Asset Management Companies are SEBI registered entities which manages the assets of mutual funds. In order to understand the working of an Asset Management Companies (AMCs), let us first discuss how mutual funds work.

What is a mutual fund?

Mutual fund is a financial instrument which pools the money of different people and invests them in different financial securities like stocks, bonds etc. Each investor in a mutual fund owns units of the fund, which represents a portion of the holdings of the mutual fund. Let us now understand how asset management companies raise money from the investors.

The initial process of raising money is known as a New Funds Offer (NFO). To raise money from investors through NFO, the AMC has to seek the permission of the market regulator SEBI. Upon approval, the AMC informs the public about the NFO through Scheme information document (SID) which carries details like, investment objectives, nature of securities (stocks, bonds etc.), scheme taxability, minimum subscription amounts, exit load and other information which investors may find useful. A scheme can be close ended or open ended. Investors can invest in close ended schemes only during the offer period. Investments and redemptions are not allowed once the subscription window is closed. On maturity of the scheme, the units are automatically redeemed.

In an open ended scheme, investors are allowed to invest and redeem, on an on-going basis after the NFO closes. The assets under management (AUM) of open ended schemes change on a continuous basis due to fresh investments and redemptions. The money raised from investors is deployed by Asset Management Company (AMC) in different financial securities like stocks, bonds etc. The securities are selected keeping in mind the investment objective of the fund. For example, if the investment objective of the fund is capital appreciation, the fund will invest in shares of different companies. If the investment objective of the fund is to generate income, then the fund will invest in fixed income securities like bonds, non convertible debentures, money market instruments etc.

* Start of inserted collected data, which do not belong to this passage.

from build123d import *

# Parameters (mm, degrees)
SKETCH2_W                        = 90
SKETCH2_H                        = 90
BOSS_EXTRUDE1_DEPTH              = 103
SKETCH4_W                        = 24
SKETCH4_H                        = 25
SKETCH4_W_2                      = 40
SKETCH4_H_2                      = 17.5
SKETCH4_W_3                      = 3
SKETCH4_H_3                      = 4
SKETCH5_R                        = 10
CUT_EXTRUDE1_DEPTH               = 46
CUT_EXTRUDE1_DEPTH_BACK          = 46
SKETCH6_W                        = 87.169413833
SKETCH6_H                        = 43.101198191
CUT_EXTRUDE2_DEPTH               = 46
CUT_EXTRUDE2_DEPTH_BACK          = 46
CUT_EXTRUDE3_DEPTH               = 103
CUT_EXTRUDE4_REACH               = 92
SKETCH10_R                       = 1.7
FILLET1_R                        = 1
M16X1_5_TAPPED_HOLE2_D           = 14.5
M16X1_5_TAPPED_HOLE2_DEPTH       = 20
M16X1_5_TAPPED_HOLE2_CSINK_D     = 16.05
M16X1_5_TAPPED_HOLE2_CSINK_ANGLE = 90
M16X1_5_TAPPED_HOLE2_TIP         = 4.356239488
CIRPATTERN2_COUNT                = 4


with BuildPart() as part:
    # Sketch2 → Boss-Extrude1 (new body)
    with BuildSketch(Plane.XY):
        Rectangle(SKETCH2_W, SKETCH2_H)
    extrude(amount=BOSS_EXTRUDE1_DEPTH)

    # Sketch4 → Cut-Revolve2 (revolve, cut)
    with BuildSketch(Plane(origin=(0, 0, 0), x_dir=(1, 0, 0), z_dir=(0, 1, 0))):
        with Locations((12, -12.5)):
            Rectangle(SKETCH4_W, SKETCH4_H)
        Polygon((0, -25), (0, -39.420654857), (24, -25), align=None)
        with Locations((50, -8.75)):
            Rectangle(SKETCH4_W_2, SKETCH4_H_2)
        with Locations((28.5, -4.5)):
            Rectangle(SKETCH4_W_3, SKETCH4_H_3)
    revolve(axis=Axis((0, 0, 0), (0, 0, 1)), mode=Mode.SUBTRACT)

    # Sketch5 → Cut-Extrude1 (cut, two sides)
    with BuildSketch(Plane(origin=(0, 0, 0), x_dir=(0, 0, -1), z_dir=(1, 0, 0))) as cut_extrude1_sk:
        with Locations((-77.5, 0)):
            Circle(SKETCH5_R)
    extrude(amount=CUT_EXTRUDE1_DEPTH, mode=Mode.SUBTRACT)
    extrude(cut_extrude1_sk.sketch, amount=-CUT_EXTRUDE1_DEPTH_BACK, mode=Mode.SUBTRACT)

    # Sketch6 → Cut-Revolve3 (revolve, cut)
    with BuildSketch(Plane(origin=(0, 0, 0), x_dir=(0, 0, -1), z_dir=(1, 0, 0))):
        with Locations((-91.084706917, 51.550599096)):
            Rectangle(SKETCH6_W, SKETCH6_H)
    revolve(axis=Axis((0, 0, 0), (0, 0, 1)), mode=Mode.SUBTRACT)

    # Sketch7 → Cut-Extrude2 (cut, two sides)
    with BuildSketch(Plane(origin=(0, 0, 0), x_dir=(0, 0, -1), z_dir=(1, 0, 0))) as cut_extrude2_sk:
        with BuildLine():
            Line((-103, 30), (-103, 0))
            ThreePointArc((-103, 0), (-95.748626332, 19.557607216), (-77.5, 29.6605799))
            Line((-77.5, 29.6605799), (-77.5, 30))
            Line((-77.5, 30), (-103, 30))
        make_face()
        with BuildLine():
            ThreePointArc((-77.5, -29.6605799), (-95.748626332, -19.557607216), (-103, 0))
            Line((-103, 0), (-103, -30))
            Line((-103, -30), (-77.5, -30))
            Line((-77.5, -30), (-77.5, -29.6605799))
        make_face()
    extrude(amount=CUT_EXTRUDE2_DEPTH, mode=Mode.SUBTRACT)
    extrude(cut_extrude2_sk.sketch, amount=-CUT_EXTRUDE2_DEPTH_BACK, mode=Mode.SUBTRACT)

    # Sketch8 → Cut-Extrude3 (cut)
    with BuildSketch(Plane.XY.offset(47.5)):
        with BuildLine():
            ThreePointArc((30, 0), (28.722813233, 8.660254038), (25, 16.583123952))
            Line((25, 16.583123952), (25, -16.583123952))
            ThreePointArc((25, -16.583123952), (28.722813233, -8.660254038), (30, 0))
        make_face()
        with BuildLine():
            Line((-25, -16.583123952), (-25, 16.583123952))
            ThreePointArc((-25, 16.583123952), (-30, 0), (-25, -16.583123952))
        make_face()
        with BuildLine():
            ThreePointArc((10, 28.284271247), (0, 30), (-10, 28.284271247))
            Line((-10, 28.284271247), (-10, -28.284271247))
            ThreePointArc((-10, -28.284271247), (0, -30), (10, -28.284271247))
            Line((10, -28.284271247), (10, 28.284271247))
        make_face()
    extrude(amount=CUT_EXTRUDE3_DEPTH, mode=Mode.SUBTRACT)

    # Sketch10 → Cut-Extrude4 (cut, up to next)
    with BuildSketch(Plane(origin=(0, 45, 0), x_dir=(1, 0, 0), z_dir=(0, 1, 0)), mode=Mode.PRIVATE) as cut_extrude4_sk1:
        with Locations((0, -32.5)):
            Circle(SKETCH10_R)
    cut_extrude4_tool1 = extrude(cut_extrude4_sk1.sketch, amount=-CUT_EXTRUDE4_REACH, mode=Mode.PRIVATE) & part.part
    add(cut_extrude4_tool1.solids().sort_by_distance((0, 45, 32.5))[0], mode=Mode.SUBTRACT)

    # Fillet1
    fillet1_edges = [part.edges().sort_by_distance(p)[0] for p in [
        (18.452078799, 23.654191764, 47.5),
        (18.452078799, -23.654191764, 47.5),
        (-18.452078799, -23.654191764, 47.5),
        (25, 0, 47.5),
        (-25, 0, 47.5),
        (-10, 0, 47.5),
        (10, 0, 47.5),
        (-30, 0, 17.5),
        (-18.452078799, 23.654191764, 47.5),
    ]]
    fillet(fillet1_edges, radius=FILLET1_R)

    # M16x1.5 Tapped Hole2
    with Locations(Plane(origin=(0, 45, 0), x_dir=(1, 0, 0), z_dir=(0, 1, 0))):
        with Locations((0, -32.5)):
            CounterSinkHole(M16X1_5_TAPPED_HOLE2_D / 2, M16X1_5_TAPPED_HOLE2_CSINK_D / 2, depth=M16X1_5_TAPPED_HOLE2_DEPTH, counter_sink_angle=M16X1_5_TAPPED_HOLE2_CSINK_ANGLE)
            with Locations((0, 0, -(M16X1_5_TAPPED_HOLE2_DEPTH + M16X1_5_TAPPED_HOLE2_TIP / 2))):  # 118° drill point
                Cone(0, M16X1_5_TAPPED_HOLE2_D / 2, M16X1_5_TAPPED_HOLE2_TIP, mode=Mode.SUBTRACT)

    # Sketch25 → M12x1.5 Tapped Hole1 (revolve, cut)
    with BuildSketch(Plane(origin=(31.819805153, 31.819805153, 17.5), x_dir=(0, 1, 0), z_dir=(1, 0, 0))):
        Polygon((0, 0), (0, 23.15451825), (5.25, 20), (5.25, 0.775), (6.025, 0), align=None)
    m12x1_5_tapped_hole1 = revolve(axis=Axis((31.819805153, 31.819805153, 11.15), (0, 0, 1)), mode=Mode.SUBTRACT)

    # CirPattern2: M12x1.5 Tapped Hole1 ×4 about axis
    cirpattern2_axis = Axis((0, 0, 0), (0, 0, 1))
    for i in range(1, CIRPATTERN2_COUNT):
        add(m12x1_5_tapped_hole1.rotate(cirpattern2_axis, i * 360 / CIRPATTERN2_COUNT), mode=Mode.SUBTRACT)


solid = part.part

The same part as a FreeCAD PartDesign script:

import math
import FreeCAD as App
import Part
import Sketcher
Q = App.Units.Quantity


def edges_at(feature, points):
    """Names of the edges that pass closest to the given points."""
    edges = feature.Shape.Edges
    near = lambda p: min(range(len(edges)), key=lambda i: edges[i].distToShape(Part.Vertex(*p))[0])
    return sorted({f"Edge{near(p) + 1}" for p in points})


def add_polygon(sketch, points):
    """Adds a closed chain of lines whose ends are joined by coincident constraints."""
    first, n = sketch.GeometryCount, len(points)
    for a, b in zip(points, points[1:] + points[:1]):
        sketch.addGeometry(Part.LineSegment(App.Vector(*a, 0), App.Vector(*b, 0)), False)
    for i in range(n):
        sketch.addConstraint(Sketcher.Constraint("Coincident", first + i, 2, first + (i + 1) % n, 1))

doc = App.newDocument("Part")
body = doc.addObject("PartDesign::Body", "Body")

sketch1 = doc.addObject("Sketcher::SketchObject", "Sketch")
body.addObject(sketch1)
sketch1.AttachmentSupport = (doc.XY_Plane, [""])
sketch1.MapMode = "FlatFace"
add_polygon(sketch1, [(-45, 45), (-45, -45), (45, -45), (45, 45)])
sketch1.addConstraint(Sketcher.Constraint("Vertical", 0))
sketch1.addConstraint(Sketcher.Constraint("Horizontal", 1))
sketch1.addConstraint(Sketcher.Constraint("Vertical", 2))
sketch1.addConstraint(Sketcher.Constraint("Horizontal", 3))
sketch1.addConstraint(Sketcher.Constraint("Symmetric", 0, 2, 2, 2, -1, 1))
sketch1.addConstraint(Sketcher.Constraint("Equal", 3, 0))
sketch1.addConstraint(Sketcher.Constraint("DistanceX", 1, 1, 1, 2, Q("90 mm")))
pad1 = doc.addObject("PartDesign::Pad", "Pad")
body.addObject(pad1)
pad1.Profile = sketch1
pad1.Length = 103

The Asset Management Company (AMC) appoints a fund manager (sometimes even two or more fund managers) to manage each scheme on an ongoing basis, to ensure that the investment objectives are met. The fund managers have the requisite investment expertise and experience to manage the assets of the scheme. AMCs also have teams of research analysts to support the fund managers. Retail investors usually lack investment expertise which the fund managers have and therefore, it is always beneficial for investor to invest in mutual funds, instead of investing directly in capital markets.

Sponsor of a mutual fund

Sponsor of a mutual fund is the promoter of the mutual fund. The sponsor makes an application for registration of the mutual fund with SEBI and provides the capital for setting up the mutual fund. The Mutual Funds are set up in India as a Trust. SEBI requires a sponsor to have at least 5 years track record in financial services business (e.g. banks, financial institutions etc). After SEBI’s approval the sponsor appoints a board of trustees to ensure full compliance of the mutual fund with SEBI’s requirements.

Role of the trustee

The trustees do not manage the assets of mutual funds directly; it appoints the AMC manage the assets of a mutual fund. The main role of the trustee is to ensure protection of investor interest. The trustees appoint a custodian for safe-keeping of scheme assets. The trustees monitor any new scheme introduced by the AMC and on an on-going basis closely monitors the AMC to ensure full compliance.

In this article, we have discussed how Asset Management Companies (AMCs) work. Protection of investor interest is the overarching consideration in how AMCs are setup, governed and regulated.